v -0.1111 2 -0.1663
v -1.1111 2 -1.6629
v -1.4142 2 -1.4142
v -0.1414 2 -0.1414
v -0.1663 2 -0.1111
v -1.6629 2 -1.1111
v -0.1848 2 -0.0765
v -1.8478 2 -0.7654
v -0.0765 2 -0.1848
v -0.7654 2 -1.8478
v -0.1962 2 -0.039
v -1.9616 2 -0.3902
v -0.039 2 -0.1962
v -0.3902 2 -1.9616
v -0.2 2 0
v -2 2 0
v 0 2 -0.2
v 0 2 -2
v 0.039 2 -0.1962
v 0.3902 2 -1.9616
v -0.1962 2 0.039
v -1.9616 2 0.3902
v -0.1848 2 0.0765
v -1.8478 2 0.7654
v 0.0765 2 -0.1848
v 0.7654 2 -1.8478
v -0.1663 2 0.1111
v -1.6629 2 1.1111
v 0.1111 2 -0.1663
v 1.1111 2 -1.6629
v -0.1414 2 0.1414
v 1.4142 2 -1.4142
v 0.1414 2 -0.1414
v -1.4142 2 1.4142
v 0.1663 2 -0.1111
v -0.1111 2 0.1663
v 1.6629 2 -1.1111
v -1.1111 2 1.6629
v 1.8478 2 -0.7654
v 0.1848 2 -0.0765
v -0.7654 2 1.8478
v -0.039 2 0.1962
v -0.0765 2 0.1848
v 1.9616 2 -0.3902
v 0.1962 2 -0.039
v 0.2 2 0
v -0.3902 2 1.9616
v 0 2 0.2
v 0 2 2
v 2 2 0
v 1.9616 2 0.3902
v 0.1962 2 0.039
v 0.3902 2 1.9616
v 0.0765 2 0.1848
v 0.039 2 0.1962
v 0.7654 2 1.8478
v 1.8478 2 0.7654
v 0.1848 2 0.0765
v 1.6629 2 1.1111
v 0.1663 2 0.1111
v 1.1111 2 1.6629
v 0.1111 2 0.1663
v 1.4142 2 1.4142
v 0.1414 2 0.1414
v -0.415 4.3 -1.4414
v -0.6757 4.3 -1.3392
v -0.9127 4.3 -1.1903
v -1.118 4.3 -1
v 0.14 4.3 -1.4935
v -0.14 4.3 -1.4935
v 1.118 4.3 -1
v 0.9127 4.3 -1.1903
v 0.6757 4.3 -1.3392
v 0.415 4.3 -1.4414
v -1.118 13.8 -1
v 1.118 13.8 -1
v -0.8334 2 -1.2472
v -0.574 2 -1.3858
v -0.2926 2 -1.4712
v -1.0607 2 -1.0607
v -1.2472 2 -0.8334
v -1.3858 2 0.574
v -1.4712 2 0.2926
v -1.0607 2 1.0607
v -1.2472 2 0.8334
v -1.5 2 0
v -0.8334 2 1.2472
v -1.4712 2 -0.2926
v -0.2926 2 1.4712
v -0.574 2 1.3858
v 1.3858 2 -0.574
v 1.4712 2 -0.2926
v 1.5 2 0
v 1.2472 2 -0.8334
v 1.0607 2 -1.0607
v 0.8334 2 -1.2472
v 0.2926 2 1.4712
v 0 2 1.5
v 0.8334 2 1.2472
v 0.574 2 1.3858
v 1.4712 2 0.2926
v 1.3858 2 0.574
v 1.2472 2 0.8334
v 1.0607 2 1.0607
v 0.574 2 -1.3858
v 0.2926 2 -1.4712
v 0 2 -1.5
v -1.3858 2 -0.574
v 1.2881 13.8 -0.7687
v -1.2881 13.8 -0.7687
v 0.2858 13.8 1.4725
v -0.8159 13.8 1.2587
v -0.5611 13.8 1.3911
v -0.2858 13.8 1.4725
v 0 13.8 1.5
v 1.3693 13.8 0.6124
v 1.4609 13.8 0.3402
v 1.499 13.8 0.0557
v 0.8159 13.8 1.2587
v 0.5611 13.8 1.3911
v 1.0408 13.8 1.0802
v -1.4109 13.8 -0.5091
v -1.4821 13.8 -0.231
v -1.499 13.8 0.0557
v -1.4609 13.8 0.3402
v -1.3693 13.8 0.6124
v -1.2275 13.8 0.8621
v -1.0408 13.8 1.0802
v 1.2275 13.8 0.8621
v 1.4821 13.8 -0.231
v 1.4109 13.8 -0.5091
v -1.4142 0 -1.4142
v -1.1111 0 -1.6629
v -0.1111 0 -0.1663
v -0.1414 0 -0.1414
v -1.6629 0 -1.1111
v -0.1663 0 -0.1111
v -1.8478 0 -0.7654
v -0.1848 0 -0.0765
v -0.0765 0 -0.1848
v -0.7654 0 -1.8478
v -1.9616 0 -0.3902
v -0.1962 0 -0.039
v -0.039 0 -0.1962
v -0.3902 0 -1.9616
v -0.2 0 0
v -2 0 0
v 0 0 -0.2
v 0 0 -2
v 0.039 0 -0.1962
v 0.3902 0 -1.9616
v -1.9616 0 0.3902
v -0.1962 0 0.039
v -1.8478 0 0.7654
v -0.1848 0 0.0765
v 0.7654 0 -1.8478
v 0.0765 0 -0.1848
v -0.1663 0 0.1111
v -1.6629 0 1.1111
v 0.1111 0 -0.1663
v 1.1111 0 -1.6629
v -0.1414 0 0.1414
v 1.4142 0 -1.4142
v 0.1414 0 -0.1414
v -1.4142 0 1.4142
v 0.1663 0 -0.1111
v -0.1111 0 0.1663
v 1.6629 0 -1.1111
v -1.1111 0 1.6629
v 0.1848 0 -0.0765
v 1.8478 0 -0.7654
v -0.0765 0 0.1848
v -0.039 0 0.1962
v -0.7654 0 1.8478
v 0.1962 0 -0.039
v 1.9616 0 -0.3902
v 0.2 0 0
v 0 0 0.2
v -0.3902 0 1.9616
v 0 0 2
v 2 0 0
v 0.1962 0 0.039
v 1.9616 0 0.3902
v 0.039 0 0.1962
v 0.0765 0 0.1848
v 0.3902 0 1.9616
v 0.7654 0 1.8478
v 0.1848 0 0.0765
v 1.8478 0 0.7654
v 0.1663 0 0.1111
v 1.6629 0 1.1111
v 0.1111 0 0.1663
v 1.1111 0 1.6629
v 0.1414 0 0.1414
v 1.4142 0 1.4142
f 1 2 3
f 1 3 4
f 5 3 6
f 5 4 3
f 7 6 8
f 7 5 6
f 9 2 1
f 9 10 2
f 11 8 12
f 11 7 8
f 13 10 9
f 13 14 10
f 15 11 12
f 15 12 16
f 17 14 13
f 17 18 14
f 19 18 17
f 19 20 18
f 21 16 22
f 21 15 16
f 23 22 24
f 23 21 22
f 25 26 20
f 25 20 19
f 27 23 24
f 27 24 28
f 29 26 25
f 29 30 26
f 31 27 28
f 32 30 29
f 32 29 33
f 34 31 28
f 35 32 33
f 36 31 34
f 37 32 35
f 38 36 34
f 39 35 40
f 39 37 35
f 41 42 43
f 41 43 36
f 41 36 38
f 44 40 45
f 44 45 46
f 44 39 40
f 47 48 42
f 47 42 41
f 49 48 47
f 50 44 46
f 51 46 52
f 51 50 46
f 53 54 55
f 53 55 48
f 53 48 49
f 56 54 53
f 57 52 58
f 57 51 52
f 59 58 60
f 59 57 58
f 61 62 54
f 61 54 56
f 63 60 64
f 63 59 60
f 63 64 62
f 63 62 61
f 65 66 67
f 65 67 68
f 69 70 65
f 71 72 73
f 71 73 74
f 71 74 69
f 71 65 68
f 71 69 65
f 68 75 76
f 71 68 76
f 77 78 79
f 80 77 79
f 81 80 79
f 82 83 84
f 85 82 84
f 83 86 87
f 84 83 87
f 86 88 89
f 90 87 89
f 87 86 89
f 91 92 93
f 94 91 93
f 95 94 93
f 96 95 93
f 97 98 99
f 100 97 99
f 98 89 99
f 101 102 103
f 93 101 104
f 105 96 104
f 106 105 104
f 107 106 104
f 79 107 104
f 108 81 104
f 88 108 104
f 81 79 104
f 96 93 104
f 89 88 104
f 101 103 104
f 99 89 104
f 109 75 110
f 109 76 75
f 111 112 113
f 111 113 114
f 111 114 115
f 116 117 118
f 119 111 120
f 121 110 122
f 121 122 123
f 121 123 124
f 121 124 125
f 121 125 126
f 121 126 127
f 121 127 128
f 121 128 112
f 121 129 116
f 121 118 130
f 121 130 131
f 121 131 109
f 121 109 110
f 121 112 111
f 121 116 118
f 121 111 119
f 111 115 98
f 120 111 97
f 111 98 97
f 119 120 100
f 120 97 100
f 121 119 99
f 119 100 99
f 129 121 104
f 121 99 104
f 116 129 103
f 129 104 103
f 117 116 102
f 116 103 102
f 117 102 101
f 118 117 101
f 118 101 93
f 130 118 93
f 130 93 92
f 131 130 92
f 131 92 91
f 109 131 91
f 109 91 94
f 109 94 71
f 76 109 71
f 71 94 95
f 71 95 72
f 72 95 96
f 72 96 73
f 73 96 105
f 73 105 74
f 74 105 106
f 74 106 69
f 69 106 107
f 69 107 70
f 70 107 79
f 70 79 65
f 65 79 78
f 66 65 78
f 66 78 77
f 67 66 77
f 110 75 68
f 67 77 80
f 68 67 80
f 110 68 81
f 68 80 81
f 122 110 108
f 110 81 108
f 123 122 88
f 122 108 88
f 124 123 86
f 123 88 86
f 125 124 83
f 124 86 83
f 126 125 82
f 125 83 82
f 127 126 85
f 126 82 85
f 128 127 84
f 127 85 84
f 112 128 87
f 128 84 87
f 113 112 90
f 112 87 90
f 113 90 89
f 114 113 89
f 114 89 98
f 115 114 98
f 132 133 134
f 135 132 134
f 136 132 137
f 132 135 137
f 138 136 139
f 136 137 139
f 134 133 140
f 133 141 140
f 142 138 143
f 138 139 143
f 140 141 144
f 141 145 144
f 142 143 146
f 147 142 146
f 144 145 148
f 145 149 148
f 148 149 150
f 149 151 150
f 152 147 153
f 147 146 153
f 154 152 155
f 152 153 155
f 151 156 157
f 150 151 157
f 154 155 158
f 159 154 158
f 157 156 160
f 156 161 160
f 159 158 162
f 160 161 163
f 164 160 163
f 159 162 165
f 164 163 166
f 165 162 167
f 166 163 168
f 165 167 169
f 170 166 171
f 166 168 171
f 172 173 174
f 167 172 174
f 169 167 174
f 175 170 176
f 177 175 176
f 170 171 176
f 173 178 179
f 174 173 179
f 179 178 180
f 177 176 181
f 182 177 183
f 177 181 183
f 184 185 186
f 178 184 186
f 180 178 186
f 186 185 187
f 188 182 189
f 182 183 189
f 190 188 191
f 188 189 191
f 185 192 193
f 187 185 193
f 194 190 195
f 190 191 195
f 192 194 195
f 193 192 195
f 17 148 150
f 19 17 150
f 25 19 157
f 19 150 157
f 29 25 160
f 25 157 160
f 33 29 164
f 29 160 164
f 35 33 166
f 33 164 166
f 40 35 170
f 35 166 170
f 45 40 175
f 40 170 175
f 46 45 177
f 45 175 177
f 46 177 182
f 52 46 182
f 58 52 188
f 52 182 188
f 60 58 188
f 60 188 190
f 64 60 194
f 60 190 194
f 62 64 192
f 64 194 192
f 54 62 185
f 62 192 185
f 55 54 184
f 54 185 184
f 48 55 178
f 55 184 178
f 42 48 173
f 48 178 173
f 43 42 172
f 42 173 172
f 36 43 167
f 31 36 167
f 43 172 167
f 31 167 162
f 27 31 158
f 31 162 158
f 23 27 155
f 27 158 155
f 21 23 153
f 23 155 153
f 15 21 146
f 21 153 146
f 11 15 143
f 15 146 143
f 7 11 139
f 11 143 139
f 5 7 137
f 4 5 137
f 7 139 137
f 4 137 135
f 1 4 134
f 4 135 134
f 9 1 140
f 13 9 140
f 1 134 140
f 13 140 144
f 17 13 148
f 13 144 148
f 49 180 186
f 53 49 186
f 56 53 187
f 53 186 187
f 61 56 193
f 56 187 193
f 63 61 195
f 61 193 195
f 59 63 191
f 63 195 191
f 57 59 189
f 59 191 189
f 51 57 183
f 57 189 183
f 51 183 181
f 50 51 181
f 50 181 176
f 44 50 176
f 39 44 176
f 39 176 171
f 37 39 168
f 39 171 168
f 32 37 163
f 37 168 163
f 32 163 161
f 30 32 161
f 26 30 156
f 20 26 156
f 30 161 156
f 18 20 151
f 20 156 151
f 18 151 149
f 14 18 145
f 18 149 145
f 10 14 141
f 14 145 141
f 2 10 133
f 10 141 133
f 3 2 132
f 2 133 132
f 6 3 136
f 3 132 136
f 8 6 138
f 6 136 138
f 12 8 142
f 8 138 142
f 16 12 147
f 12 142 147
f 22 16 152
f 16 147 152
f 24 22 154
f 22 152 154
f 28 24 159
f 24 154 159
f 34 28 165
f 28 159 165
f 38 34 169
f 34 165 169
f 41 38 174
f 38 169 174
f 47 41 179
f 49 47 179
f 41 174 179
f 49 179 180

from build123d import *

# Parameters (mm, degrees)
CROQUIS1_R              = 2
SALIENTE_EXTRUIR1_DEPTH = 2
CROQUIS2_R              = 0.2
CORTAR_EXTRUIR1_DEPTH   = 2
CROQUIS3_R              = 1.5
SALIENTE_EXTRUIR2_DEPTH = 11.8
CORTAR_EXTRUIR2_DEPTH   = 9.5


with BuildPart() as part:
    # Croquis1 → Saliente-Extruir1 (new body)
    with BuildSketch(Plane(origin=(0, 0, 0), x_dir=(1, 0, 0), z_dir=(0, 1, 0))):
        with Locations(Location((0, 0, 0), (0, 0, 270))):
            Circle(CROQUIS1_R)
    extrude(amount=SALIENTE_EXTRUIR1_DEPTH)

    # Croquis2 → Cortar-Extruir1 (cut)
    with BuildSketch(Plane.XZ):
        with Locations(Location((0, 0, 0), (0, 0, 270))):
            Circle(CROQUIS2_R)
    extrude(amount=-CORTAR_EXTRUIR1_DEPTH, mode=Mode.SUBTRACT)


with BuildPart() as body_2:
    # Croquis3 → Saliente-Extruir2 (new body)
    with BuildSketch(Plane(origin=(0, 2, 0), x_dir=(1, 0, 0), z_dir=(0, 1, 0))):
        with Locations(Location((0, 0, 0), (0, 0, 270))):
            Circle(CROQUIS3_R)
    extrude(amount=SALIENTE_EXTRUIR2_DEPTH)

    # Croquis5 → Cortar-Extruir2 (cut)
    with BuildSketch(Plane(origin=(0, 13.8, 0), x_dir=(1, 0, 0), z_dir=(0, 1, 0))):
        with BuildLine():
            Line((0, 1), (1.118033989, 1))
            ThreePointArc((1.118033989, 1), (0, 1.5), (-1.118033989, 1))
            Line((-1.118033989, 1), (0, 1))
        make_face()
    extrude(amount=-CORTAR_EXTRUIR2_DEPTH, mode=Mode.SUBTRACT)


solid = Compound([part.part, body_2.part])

—————

▸ WHAT IS EXPECTED
Give back, word for word, only the lines above from the line holding "f 10 141 133" to the line holding "f 41 174 179", both included.

▸ WRITTEN SOLUTION
f 10 141 133
f 3 2 132
f 2 133 132
f 6 3 136
f 3 132 136
f 8 6 138
f 6 136 138
f 12 8 142
f 8 138 142
f 16 12 147
f 12 142 147
f 22 16 152
f 16 147 152
f 24 22 154
f 22 152 154
f 28 24 159
f 24 154 159
f 34 28 165
f 28 159 165
f 38 34 169
f 34 165 169
f 41 38 174
f 38 169 174
f 47 41 179
f 49 47 179
f 41 174 179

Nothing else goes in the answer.